(Saved entries)
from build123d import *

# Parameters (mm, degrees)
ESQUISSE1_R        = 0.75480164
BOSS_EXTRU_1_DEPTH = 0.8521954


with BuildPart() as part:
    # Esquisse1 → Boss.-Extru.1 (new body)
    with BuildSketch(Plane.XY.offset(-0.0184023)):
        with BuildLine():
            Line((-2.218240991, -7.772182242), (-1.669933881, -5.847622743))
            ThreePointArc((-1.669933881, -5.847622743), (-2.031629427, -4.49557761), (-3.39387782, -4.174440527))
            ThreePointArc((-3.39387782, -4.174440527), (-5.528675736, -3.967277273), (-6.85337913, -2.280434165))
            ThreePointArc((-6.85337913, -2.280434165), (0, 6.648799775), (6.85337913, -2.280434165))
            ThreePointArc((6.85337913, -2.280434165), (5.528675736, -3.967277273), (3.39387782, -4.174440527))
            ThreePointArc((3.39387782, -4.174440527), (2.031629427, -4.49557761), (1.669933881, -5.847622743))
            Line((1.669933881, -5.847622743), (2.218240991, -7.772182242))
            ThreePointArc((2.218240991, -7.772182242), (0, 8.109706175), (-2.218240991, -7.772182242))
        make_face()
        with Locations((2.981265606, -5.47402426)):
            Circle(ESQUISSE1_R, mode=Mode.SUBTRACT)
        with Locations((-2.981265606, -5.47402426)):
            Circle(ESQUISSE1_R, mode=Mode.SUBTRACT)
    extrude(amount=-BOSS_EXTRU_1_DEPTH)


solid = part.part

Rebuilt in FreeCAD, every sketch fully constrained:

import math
import FreeCAD as App
import Part
import Sketcher

V = App.Vector

doc = App.newDocument("Part")
params = doc.addObject("Spreadsheet::Sheet", "Params")
for row, (alias, value) in enumerate([
    ("pad1_length", "0.852195 mm"),
], start=1):
    params.set(f"A{row}", alias)
    params.set(f"B{row}", "=" + value)
    params.setAlias(f"B{row}", alias)

body = doc.addObject("PartDesign::Body", "Body")

# Sketch on XY plane
sketch1 = body.newObject("Sketcher::SketchObject", "Sketch")
sketch1.AttachmentSupport = (doc.getObject("XY_Plane"), [""])
sketch1.MapMode = "FlatFace"
sketch1.AttachmentOffset = App.Placement(V(0, 0, -0.018402), App.Rotation())
sketch1.addGeometry([
    Part.LineSegment(V(-2.218241, -7.772182, 0), V(-1.669934, -5.847623, 0)),  # 0
    Part.ArcOfCircle(Part.Circle(V(-2.981266, -5.474024, 0), V(0, 0, 1), 1.363513), math.radians(-15.902256), math.radians(107.614418)),  # 1
    Part.ArcOfCircle(Part.Circle(V(-4.219102, -1.575273, 0), V(0, 0, 1), 2.727025), math.radians(-165.014029), math.radians(-72.385582)),  # 2
    Part.ArcOfCircle(Part.Circle(V(0, -0.445875, 0), V(0, 0, 1), 7.094675), math.radians(-14.985971), math.radians(194.985971)),  # 3
    Part.ArcOfCircle(Part.Circle(V(4.219102, -1.575273, 0), V(0, 0, 1), 2.727025), math.radians(-107.614418), math.radians(-14.985971)),  # 4
    Part.ArcOfCircle(Part.Circle(V(2.981266, -5.474024, 0), V(0, 0, 1), 1.363513), math.radians(72.385582), math.radians(195.902256)),  # 5
    Part.LineSegment(V(1.669934, -5.847623, 0), V(2.218241, -7.772182, 0)),  # 6
    Part.ArcOfCircle(Part.Circle(V(0, 0.01385, 0), V(0, 0, 1), 8.095856), math.radians(-74.097744), math.radians(254.097744)),  # 7
    Part.Circle(V(-2.981266, -5.474024, 0), V(0, 0, 1), 0.754802),  # 8
    Part.Circle(V(2.981266, -5.474024, 0), V(0, 0, 1), 0.754802),  # 9
], False)
sketch1.addConstraint([
    Sketcher.Constraint("Tangent", 0, 2, 1, 1),
    Sketcher.Constraint("Tangent", 1, 2, 2, 2),
    Sketcher.Constraint("Tangent", 2, 1, 3, 2),
    Sketcher.Constraint("Tangent", 3, 1, 4, 2),
    Sketcher.Constraint("Tangent", 4, 1, 5, 1),
    Sketcher.Constraint("Tangent", 5, 2, 6, 1),
    Sketcher.Constraint("Coincident", 6, 2, 7, 1),
    Sketcher.Constraint("Coincident", 7, 2, 0, 1),
    Sketcher.Constraint("Coincident", 8, 3, 1, 3),
    Sketcher.Constraint("Coincident", 9, 3, 5, 3),
    Sketcher.Constraint("Equal", 2, 4),
    Sketcher.Constraint("Equal", 1, 5),
    Sketcher.Constraint("Equal", 8, 9),
    Sketcher.Constraint("Symmetric", 2, 3, 4, 3, -2),
    Sketcher.Constraint("Symmetric", 0, 2, 5, 2, -2),
    Sketcher.Constraint("PointOnObject", 7, 3, -2),
    Sketcher.Constraint("Diameter", 8, 1.509603),
    Sketcher.Constraint("Radius", 1, 1.363513),
    Sketcher.Constraint("Radius", 2, 2.727025),
    Sketcher.Constraint("Radius", 3, 7.094675),
    Sketcher.Constraint("Radius", 7, 8.095856),
    Sketcher.Constraint("DistanceY", 0, 2, 1, 3, 0.373598),
    Sketcher.Constraint("DistanceX", 0, 2, 5, 3, 4.651199),
    Sketcher.Constraint("DistanceX", 2, 1, 1, 2, 3.459501),
    Sketcher.Constraint("DistanceY", -1, 1, 7, 3, 0.01385),
    Sketcher.Constraint("DistanceY", 1, 2, -1, 1, 4.174441),
])
pad1 = body.newObject("PartDesign::Pad", "Pad")
pad1.Profile = sketch1
pad1.setExpression("Length", "Params.pad1_length")
pad1.Reversed = True

doc.recompute()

• Work to complete: Which lines in the data hold the string "with"? Copy each of them.

• Solution below:
with BuildPart() as part:
    with BuildSketch(Plane.XY.offset(-0.0184023)):
        with BuildLine():
        with Locations((2.981265606, -5.47402426)):
        with Locations((-2.981265606, -5.47402426)):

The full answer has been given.